Being reminded that queer people exist at all drives some people to crazy lengths. For instance, as noted at the Crime and the Forces of Evil blog, the Sad Puppies are angry that books containing queer characters aren’t clearly marked. For those not in the know, the Sad Puppies (and an allied group, the Rabid Puppies) are a bunch of arch-conservative sci fi writers and fans who organized a bloc-voting scheme to game the selection process for the Hugo Awards and put a specific slate of anti-progressive authors, editors, and fans in every major category. Their rhetoric leading up to their success was full of blatant misogynist and homophobic language (and threats), and only slightly-less-blatant racist language. It’s worth noting that they’ve been trying this for a few years without success. It appears that their success this year is primarily due to the fact that they managed to enlist a bunch of GamerGate trolls into the process…

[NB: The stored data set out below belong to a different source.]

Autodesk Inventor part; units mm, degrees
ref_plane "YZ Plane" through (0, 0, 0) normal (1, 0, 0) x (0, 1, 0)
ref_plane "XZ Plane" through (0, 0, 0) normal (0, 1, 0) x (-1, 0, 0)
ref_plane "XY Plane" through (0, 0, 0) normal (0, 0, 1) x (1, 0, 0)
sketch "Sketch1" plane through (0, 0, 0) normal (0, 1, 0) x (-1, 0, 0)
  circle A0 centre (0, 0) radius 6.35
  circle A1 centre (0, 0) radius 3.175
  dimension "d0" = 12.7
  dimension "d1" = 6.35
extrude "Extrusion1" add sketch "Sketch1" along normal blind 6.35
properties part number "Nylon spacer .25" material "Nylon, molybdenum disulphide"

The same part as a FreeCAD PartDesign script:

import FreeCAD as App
import Part
import Sketcher

V = App.Vector
Q = App.Units.Quantity

doc = App.newDocument("Part")
params = doc.addObject("Spreadsheet::Sheet", "Params")
for row, (alias, value) in enumerate([
    ("sketch1_diameter", "0.5 in"),
    ("sketch1_diameter2", "0.25 in"),
    ("pad1_length", "0.25 in"),
], start=1):
    params.set(f"A{row}", alias)
    params.set(f"B{row}", "=" + value)
    params.setAlias(f"B{row}", alias)

body = doc.addObject("PartDesign::Body", "Body")

sketch1 = body.newObject("Sketcher::SketchObject", "Sketch")
sketch1.AttachmentSupport = (doc.getObject("XZ_Plane"), [""])
sketch1.MapMode = "FlatFace"
sketch1.addGeometry(Part.Circle(V(0, 0, 0), V(0, 0, 1), 6.35), False)
sketch1.addGeometry(Part.Circle(V(0, 0, 0), V(0, 0, 1), 3.175), False)
sketch1.addConstraint(Sketcher.Constraint("Coincident", 0, 3, -1, 1))
sketch1.addConstraint(Sketcher.Constraint("Coincident", 1, 3, -1, 1))
sketch1.addConstraint(Sketcher.Constraint("Diameter", 0, Q("0.5 in")))
sketch1.addConstraint(Sketcher.Constraint("Diameter", 1, Q("0.25 in")))
sketch1.setExpression("Constraints[2]", "Params.sketch1_diameter")
sketch1.setExpression("Constraints[3]", "Params.sketch1_diameter2")
pad1 = body.newObject("PartDesign::Pad", "Pad")
pad1.Profile = sketch1
pad1.setExpression("Length", "Params.pad1_length")
pad1.Reversed = True

doc.recompute()
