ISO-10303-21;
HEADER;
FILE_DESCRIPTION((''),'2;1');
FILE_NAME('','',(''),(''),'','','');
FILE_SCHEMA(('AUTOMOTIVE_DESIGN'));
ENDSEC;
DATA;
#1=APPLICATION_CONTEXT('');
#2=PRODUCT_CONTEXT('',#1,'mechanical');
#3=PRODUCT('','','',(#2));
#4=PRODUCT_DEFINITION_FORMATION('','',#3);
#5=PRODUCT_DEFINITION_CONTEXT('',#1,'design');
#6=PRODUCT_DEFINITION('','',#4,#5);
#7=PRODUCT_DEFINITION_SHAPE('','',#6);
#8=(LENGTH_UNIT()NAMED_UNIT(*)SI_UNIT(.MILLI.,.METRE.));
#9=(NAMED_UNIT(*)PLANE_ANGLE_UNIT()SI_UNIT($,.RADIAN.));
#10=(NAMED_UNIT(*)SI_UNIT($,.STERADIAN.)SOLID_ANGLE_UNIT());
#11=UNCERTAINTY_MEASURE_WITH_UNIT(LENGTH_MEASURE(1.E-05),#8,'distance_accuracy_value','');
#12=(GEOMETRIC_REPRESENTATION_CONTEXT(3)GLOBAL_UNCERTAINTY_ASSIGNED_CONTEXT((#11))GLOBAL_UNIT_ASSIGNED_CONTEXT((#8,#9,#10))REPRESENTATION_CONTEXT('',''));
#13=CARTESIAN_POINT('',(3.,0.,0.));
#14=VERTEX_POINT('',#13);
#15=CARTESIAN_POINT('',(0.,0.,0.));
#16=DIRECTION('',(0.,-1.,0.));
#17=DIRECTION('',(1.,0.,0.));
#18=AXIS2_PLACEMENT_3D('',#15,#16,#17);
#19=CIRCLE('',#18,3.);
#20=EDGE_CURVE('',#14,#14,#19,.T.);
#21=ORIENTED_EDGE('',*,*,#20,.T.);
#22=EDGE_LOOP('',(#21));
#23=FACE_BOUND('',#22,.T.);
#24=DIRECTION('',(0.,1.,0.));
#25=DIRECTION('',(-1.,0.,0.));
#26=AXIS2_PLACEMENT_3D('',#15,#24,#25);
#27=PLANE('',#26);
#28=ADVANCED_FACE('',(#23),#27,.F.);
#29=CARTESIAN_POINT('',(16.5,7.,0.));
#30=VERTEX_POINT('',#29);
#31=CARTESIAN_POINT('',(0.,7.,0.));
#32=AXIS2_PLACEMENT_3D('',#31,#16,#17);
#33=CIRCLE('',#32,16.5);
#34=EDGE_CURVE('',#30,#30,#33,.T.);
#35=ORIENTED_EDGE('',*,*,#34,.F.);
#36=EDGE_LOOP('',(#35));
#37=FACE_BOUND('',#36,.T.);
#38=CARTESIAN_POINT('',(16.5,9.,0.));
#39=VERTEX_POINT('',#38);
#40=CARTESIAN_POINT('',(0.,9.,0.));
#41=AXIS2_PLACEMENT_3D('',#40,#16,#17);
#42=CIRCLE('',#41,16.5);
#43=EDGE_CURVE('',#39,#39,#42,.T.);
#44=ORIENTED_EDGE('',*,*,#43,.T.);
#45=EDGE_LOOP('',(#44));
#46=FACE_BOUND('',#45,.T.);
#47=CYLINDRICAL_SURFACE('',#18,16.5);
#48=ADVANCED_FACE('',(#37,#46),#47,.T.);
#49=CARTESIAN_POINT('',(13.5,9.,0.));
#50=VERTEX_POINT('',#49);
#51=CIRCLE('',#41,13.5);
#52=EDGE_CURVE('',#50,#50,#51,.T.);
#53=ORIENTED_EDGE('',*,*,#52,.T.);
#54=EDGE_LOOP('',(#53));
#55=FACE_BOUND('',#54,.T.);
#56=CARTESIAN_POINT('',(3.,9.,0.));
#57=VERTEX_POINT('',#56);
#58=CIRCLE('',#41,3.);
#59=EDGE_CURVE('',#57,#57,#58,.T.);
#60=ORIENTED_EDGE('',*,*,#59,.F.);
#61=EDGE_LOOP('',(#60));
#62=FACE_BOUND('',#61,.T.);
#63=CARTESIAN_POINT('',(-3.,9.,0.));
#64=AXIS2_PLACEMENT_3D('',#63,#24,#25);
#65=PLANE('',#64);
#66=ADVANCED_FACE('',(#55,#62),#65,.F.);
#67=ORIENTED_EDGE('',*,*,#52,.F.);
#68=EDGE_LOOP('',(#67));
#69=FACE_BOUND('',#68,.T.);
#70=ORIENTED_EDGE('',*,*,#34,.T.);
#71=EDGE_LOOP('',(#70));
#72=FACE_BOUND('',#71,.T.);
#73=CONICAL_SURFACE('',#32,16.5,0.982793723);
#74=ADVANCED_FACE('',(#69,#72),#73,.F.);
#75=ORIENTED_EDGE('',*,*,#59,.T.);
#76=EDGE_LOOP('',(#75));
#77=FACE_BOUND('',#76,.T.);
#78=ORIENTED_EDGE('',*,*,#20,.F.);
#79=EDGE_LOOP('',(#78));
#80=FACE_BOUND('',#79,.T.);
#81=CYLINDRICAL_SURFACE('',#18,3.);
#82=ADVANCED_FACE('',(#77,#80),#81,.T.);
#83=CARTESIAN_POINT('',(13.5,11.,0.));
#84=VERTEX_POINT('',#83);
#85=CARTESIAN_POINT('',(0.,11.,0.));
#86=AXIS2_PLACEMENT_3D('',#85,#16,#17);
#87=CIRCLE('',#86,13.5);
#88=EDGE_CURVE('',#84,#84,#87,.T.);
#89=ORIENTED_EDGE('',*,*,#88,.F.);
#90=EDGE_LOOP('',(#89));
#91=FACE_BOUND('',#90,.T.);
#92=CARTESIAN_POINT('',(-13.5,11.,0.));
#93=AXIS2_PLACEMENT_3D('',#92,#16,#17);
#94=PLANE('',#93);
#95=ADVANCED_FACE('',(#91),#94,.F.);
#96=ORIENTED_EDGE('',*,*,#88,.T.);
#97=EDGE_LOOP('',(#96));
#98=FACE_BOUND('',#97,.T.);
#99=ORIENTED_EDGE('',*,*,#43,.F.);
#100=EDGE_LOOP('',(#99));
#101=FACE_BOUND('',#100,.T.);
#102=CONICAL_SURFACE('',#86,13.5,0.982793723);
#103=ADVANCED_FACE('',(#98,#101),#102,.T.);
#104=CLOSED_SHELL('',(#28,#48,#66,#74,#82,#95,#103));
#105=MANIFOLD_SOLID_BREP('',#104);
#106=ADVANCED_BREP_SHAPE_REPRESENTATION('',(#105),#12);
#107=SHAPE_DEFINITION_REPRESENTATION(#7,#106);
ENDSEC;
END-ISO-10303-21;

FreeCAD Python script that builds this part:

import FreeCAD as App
import Part
import Sketcher

V = App.Vector
Q = App.Units.Quantity


def add_polygon(sketch, points):
    """Adds a closed chain of lines whose ends are joined by coincident constraints."""
    first, n = sketch.GeometryCount, len(points)
    for a, b in zip(points, points[1:] + points[:1]):
        sketch.addGeometry(Part.LineSegment(App.Vector(*a, 0), App.Vector(*b, 0)), False)
    for i in range(n):
        sketch.addConstraint(Sketcher.Constraint("Coincident", first + i, 2, first + (i + 1) % n, 1))

doc = App.newDocument("Part")
body = doc.addObject("PartDesign::Body", "Body")

sketch1 = body.newObject("Sketcher::SketchObject", "Sketch")
sketch1.AttachmentSupport = (doc.getObject("XY_Plane"), [""])
sketch1.MapMode = "FlatFace"
add_polygon(sketch1, [(-3, 0), (0, 0), (0, 11), (-13.5, 11), (-16.5, 9), (-16.5, 7), (-13.5, 9), (-3, 9)])
sketch1.addConstraint([
    Sketcher.Constraint("Horizontal", 0),
    Sketcher.Constraint("Vertical", 1),
    Sketcher.Constraint("Horizontal", 2),
    Sketcher.Constraint("Vertical", 4),
    Sketcher.Constraint("Horizontal", 6),
    Sketcher.Constraint("Vertical", 7),
    Sketcher.Constraint("Coincident", 0, 2, -1, 1),
    Sketcher.Constraint("Parallel", 3, 5),
    Sketcher.Constraint("Horizontal", 3, 2, 5, 2),
    Sketcher.Constraint("Vertical", 2, 2, 5, 2),
    Sketcher.Constraint("DistanceX", 0, 1, 0, 2, Q("3 mm")),
    Sketcher.Constraint("DistanceY", 1, 1, 1, 2, Q("11 mm")),
    Sketcher.Constraint("DistanceY", 4, 2, 4, 1, Q("2 mm")),
    Sketcher.Constraint("DistanceX", 2, 2, 2, 1, Q("13.5 mm")),
    Sketcher.Constraint("DistanceX", 3, 2, 2, 2, Q("3 mm")),
])
revolution = body.newObject("PartDesign::Revolution", "Revolution")
revolution.Profile = sketch1
revolution.ReferenceAxis = (sketch1, ["V_Axis"])
revolution.Angle = 360

doc.recompute()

Since succeeding in hijacking most of the Hugo Ballot, the Sad Puppies (that’s their own name for their movement, by the way) have started deleting or heavily editing their existing blog posts and such to downplay the bigotry. Though most of their revisions have been to obscure the racist language, to try to pretend that the most blatant bigot wasn’t considered an ally, and to make some of their threatening language appear to be aimed at individuals rather than whole groups of people. They have removed some of the comments and paragraphs in which they appear to be calling for the extermination of gay people, for instance, though they remain absolutely clear that they object to homos and women being portrayed positively (or at all) in science fiction, fantasy, or any other cultural product.
They have always used a lot of coded language and dog whistles. Referring to a woman of color winning for best novel previously as “affirmative action,” for instance. They also love throwing around the “political correctness” phrase, which can be either a dog whistle for sexual chauvinism/misogyny or racism, depending. Maureen O’Danu has a great post up explaining the mindset of folks like the Sad Puppies and the meanings of some of their language. And it’s important that we don’t let them erase these statements or otherwise try to portray themselves as anything other than the hateful bigots they are.
So when one of their members (John C. Wright) has made the arguments such as, “I don’t hate gays and lesbians, just like I don’t hate termites, but when they infest my home it’s time to exterminate them,” any reasonable person would assume that he wouldn’t object to queer people being exterminated, right? Especially when he’s also been known to assert on other occasions that “the natural reaction of real men to homosexuals is to beat them to death with ax handles and tire irons.” That particular reference to ax handles and tire irons being used to bash gays is very popular with a lot of wingnuts of the religious right sort, by the way.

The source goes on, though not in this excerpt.